Corporate videoconferencing gets hot this week

Tomorrow a big company (not Microsoft) is going to announce a new videoconferencing system. I got a preview last week and it blew me away — you’ll see in my video that it feels like (I’m embargoed from talking about it until tomorrow morning). I’ll have the video up sometime tomorrow.

Microsoft too has a new videoconferencing camera that’s pretty innovative (I got demos of this back when I worked at Microsoft) that’s getting a bit of attention on TechMeme. I want one for our conference room at PodTech.
It’s going to be an interesting week for corporate videoconferencing.


Filed under: Uncategorized @ 10:06 am | 14 Comments

14 Comments

  1. Mihir Gandhi Says:

    http://www.searchenginejournal.com/index.php?p=2118

  2. Robert Scoble Says:

    Mihir: the one I saw wasn’t from that company. :-)

  3. Herm Says:

    None of these videoconferencing gadgets are worth a damn really. Videoconferencing solutions continue to be proprietary for the most part. To be a viable alternative to travel, they must standards-based and use technology as ubiquitous as the telephone.

    I’m shocked, SHOCKED, to find that “All you do is connect the RoundTable device to a computer that’s running Office Communications Server 2007 or Live Meeting”…..must use MS software.

  4. Brian Sullivan Says:

    Unfortunately none so far that I see deliver on the promise of ubiquitous, ad hoc, serverless, multiparty conferencing (audio only would be good enough for my liking) with real time application/data sharing.

    Do either of the two you refer to have this capability?

  5. Mihir Gandhi Says:

    Interesting.. I am curious now :)
    If it is an extension of iTrip it will definitely be slick :)

  6. Mihir Gandhi Says:

    I meant iChat, not iTrip.

  7. Robert Scoble Says:

    Brian: nope. What you’ll see tomorrow doesn’t solve those problems, but comes at it a completely different way.

  8. Robert Scoble Says:

    Mihir: what’s coming tomorrow is for corporate types. Translation: folks with BIG money. But it IS cool. So, not from Apple either. Sorry. Although a Mac with an iSight is pretty darn good.

  9. John Says:

    My guess would be Cisco, HP or Polycom. A recent WSJ article profiled some of the efforts earlier this year. If it was a small company, I would have guessed SightSpeed

  10. Nathan Weinberg Says:

    Robert, you aren’t talking about Roundtable, which Microsoft already announced, are you? Because I don’t see how anyone can top that. Roundtable isn’t just the coolest corporate videoconferencing tool I’ve ever seen, but can you imagine doing a video blog with it? Just sitting experts around a table and letting the conversation fly. It could turn The Maclaughlin Group on its ear.
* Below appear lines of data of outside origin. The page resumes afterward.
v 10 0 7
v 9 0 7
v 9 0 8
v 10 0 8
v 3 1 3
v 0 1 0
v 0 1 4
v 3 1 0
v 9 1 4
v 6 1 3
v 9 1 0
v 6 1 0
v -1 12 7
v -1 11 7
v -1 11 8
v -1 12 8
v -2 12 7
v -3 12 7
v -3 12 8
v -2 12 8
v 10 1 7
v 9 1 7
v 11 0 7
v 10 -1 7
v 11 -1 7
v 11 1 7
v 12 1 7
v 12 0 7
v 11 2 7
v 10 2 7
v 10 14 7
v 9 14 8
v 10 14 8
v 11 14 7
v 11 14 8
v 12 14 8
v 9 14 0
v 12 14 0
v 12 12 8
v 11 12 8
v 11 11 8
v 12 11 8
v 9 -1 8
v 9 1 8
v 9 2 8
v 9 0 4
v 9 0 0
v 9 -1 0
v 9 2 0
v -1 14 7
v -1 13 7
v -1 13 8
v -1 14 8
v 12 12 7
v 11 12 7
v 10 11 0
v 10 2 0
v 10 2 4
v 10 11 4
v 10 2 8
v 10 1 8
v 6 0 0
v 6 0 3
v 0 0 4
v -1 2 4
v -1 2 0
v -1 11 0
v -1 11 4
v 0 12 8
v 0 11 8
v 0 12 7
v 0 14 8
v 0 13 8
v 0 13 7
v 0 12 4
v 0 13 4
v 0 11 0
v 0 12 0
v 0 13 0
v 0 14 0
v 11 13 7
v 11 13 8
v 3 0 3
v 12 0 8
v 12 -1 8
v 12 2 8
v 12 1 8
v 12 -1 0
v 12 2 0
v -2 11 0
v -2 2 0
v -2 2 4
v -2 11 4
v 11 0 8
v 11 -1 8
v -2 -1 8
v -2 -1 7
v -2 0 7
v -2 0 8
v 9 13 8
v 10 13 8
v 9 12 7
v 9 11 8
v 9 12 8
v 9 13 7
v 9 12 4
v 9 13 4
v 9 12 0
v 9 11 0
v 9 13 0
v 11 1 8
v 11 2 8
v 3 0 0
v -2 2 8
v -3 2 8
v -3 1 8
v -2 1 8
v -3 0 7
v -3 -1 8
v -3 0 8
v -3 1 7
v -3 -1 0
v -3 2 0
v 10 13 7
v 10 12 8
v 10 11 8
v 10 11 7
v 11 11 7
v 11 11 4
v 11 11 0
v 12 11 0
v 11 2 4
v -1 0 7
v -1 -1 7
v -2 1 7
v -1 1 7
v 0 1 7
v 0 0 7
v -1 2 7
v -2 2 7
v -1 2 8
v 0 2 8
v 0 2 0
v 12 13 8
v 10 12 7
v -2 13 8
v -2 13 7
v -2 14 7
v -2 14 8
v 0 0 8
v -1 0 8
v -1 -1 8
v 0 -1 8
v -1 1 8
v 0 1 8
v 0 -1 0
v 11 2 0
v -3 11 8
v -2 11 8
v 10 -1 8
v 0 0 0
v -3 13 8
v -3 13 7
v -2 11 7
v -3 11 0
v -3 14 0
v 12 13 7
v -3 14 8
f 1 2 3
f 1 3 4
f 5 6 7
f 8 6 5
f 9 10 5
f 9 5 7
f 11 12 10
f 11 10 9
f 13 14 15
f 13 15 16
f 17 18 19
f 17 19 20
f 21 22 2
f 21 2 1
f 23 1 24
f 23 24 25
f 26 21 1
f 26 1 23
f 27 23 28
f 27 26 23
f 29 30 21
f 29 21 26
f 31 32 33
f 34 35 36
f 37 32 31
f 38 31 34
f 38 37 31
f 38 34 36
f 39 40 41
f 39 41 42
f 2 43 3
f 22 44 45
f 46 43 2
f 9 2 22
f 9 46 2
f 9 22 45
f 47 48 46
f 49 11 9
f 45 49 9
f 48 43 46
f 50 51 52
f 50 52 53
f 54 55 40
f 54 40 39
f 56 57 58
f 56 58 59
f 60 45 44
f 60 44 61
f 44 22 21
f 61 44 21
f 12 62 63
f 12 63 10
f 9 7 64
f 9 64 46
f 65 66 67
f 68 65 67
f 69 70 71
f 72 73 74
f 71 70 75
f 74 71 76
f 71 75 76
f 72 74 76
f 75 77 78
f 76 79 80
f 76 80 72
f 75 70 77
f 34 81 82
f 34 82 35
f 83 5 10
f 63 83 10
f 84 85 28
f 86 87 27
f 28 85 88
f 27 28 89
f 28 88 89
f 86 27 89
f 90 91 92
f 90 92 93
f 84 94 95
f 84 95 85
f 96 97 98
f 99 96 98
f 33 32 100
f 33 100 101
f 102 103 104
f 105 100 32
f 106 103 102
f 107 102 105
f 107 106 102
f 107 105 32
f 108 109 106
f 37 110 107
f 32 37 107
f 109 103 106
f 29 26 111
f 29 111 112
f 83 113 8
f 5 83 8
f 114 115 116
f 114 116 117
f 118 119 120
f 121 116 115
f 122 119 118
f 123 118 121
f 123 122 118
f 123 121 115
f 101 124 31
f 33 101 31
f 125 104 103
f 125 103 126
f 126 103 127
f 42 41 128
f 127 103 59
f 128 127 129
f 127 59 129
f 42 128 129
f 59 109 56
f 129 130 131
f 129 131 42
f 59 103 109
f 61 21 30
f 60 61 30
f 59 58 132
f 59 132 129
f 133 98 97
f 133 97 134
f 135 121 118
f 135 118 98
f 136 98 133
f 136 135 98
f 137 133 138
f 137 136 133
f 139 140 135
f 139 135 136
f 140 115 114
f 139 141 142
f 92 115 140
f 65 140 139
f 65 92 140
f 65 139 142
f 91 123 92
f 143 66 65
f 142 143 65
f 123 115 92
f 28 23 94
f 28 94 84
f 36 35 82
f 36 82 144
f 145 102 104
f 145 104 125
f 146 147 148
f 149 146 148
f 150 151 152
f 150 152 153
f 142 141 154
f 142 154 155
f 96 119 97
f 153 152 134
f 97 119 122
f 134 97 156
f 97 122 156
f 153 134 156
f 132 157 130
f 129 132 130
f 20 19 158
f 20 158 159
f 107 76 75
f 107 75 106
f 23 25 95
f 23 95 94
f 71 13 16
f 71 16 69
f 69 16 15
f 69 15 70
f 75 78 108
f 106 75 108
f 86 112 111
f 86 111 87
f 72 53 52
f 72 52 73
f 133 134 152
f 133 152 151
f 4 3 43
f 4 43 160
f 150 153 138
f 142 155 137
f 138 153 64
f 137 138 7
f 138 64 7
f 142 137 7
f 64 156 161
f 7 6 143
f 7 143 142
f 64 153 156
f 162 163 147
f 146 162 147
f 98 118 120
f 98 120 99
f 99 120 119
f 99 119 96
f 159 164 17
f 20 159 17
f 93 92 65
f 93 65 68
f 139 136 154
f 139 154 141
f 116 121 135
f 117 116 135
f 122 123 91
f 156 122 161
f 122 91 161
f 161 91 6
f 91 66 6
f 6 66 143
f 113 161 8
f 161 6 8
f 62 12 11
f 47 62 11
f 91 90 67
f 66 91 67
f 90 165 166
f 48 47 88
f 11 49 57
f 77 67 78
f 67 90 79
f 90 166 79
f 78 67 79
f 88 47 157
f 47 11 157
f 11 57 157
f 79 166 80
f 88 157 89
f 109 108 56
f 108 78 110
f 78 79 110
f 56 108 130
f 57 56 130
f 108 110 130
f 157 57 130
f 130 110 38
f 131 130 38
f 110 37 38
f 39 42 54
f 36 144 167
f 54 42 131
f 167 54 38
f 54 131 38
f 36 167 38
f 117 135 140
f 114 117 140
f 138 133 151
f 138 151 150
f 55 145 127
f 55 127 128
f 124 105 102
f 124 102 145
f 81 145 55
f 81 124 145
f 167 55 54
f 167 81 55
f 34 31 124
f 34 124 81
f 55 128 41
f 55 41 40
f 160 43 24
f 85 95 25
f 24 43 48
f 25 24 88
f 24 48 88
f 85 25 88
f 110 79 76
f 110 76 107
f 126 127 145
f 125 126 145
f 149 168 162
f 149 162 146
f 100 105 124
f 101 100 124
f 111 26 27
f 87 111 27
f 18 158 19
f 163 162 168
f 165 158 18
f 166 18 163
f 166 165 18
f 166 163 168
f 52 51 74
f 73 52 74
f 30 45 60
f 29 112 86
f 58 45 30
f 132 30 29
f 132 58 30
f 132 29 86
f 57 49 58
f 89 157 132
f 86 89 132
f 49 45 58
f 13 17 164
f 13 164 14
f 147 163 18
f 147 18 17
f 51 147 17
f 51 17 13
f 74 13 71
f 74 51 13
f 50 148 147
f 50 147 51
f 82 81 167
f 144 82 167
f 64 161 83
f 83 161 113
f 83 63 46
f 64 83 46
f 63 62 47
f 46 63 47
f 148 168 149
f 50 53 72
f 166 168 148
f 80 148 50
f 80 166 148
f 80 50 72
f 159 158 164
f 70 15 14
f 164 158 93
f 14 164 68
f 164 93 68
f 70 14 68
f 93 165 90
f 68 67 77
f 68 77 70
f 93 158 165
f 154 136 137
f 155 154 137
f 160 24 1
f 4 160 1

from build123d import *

# Parameters (mm, degrees)
BOX015_W     = 1
BOX015_H     = 1
BOX015_DEPTH = 1
BOX016_W     = 1
BOX016_H     = 1
BOX016_DEPTH = 1
BOX018_W     = 1
BOX018_H     = 1
BOX018_DEPTH = 1
BOX017_W     = 1
BOX017_H     = 1
BOX017_DEPTH = 1
BOX014_W     = 3
BOX014_H     = 3
BOX014_DEPTH = 7
BOX024_W     = 9
BOX024_H     = 1
BOX024_DEPTH = 4
BOX020_W     = 1
BOX020_H     = 1
BOX020_DEPTH = 1
BOX021_W     = 1
BOX021_H     = 1
BOX021_DEPTH = 1
BOX023_W     = 1
BOX023_H     = 1
BOX023_DEPTH = 1
BOX022_W     = 1
BOX022_H     = 1
BOX022_DEPTH = 1
BOX019_W     = 3
BOX019_H     = 3
BOX019_DEPTH = 7
BOX003_W     = 9
BOX003_H     = 1
BOX003_DEPTH = 4
BOX004_W     = 9
BOX004_H     = 1
BOX004_DEPTH = 4
BOX010_W     = 1
BOX010_H     = 1
BOX010_DEPTH = 1
BOX011_W     = 1
BOX011_H     = 1
BOX011_DEPTH = 1
BOX013_W     = 1
BOX013_H     = 1
BOX013_DEPTH = 1
BOX012_W     = 1
BOX012_H     = 1
BOX012_DEPTH = 1
BOX009_W     = 3
BOX009_H     = 3
BOX009_DEPTH = 7
BOX005_W     = 1
BOX005_H     = 1
BOX005_DEPTH = 1
BOX006_W     = 1
BOX006_H     = 1
BOX006_DEPTH = 1
BOX008_W     = 1
BOX008_H     = 1
BOX008_DEPTH = 1
BOX007_W     = 1
BOX007_H     = 1
BOX007_DEPTH = 1
BOX001_W     = 3
BOX001_H     = 3
BOX001_DEPTH = 7
BOX025_W     = 3
BOX025_H     = 1
BOX025_DEPTH = 3
BOX_W        = 9
BOX_H        = 1
BOX_DEPTH    = 4


with BuildPart() as cubo015:
    # Box015 → Box015 (new body)
    with BuildSketch(Plane(origin=(-1, 1, 7), x_dir=(1, 0, 0), z_dir=(0, 0, 1))):
        with Locations((0.5, 0.5)):
            Rectangle(BOX015_W, BOX015_H)
    extrude(amount=BOX015_DEPTH)


with BuildPart() as cubo016:
    # Box016 → Box016 (new body)
    with BuildSketch(Plane(origin=(-1, -1, 7), x_dir=(1, 0, 0), z_dir=(0, 0, 1))):
        with Locations((0.5, 0.5)):
            Rectangle(BOX016_W, BOX016_H)
    extrude(amount=BOX016_DEPTH)


with BuildPart() as cubo018:
    # Box018 → Box018 (new body)
    with BuildSketch(Plane(origin=(-3, 1, 7), x_dir=(1, 0, 0), z_dir=(0, 0, 1))):
        with Locations((0.5, 0.5)):
            Rectangle(BOX018_W, BOX018_H)
    extrude(amount=BOX018_DEPTH)


with BuildPart() as cubo017:
    # Box017 → Box017 (new body)
    with BuildSketch(Plane(origin=(-3, -1, 7), x_dir=(1, 0, 0), z_dir=(0, 0, 1))):
        with Locations((0.5, 0.5)):
            Rectangle(BOX017_W, BOX017_H)
    extrude(amount=BOX017_DEPTH)


with BuildPart() as fusion011:
    # Box014 → Box014 (new body)
    with BuildSketch(Plane(origin=(-3, -1, 0), x_dir=(1, 0, 0), z_dir=(0, 0, 1))):
        with Locations((1.5, 1.5)):
            Rectangle(BOX014_W, BOX014_H)
    extrude(amount=BOX014_DEPTH)

    # Fusion008: union Cubo017
    add(cubo017.part)

    # Fusion009: union Cubo018
    add(cubo018.part)

    # Fusion010: union Cubo016
    add(cubo016.part)

    # Fusion011: union Cubo015
    add(cubo015.part)


with BuildPart() as fusion011_1:
    # Fusion011 placement: moved
    add(fusion011.part.moved(Location((12, 12, 0))))


with BuildPart() as cubo024:
    # Box024 → Box024 (new body)
    with BuildSketch(Plane(origin=(0, 12, 0), x_dir=(1, 0, 0), z_dir=(0, 0, 1))):
        with Locations((4.5, 0.5)):
            Rectangle(BOX024_W, BOX024_H)
    extrude(amount=BOX024_DEPTH)


with BuildPart() as cubo020:
    # Box020 → Box020 (new body)
    with BuildSketch(Plane(origin=(-1, 1, 7), x_dir=(1, 0, 0), z_dir=(0, 0, 1))):
        with Locations((0.5, 0.5)):
            Rectangle(BOX020_W, BOX020_H)
    extrude(amount=BOX020_DEPTH)


with BuildPart() as cubo021:
    # Box021 → Box021 (new body)
    with BuildSketch(Plane(origin=(-1, -1, 7), x_dir=(1, 0, 0), z_dir=(0, 0, 1))):
        with Locations((0.5, 0.5)):
            Rectangle(BOX021_W, BOX021_H)
    extrude(amount=BOX021_DEPTH)


with BuildPart() as cubo023:
    # Box023 → Box023 (new body)
    with BuildSketch(Plane(origin=(-3, 1, 7), x_dir=(1, 0, 0), z_dir=(0, 0, 1))):
        with Locations((0.5, 0.5)):
            Rectangle(BOX023_W, BOX023_H)
    extrude(amount=BOX023_DEPTH)


with BuildPart() as cubo022:
    # Box022 → Box022 (new body)
    with BuildSketch(Plane(origin=(-3, -1, 7), x_dir=(1, 0, 0), z_dir=(0, 0, 1))):
        with Locations((0.5, 0.5)):
            Rectangle(BOX022_W, BOX022_H)
    extrude(amount=BOX022_DEPTH)


with BuildPart() as fusion015:
    # Box019 → Box019 (new body)
    with BuildSketch(Plane(origin=(-3, -1, 0), x_dir=(1, 0, 0), z_dir=(0, 0, 1))):
        with Locations((1.5, 1.5)):
            Rectangle(BOX019_W, BOX019_H)
    extrude(amount=BOX019_DEPTH)

    # Fusion012: union Cubo022
    add(cubo022.part)

    # Fusion013: union Cubo023
    add(cubo023.part)

    # Fusion014: union Cubo021
    add(cubo021.part)

    # Fusion015: union Cubo020
    add(cubo020.part)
    If it’s better than Roundtable, I’d like to see it.

    http://microsoft.blognewschannel.com/index.php/archives/2006/10/22/microsoft-roundtable-becomes-a-reality/

  11. Nathan Weinberg Says:

    Did you update your post and I didn’t notice? I didn’t see that whole second paragraph and the “(not Microsoft)” in the first one. Findory didn’t show the “(not Microsoft)” note either. If you update your post, and people are already commenting, you could do an update, not an edit, because now I look like an idiot who didn’t RTFA.

  12. Robert Scoble Says:

    Nathan: I have not edited this post. The (not Microsoft) was always there. Or, I might have edited it within a minute or two of posting it. Even then, though, that’s strange that it didn’t show up.

    Either way, the whole second paragraph is a link to Roundtable, so you should have caught that anyway.

  13. Phil Rack Says:

    For the consumer of small business person, I love using SightSpeed for video conferencing. It works across the Windows and Apple platforms and the quality is absolutely great. It doesn’t have application sharing but you can jerry-rig Windows Live Messenger or Persony to do that if you want. Also, it works behind firewalls like ISA.

  14. Nathan Weinberg Says:

    Oh, well, sorry, I must have just completely misread it. Still, I’d love to hear what you think about doing one of your interviews with the Roundtable camera.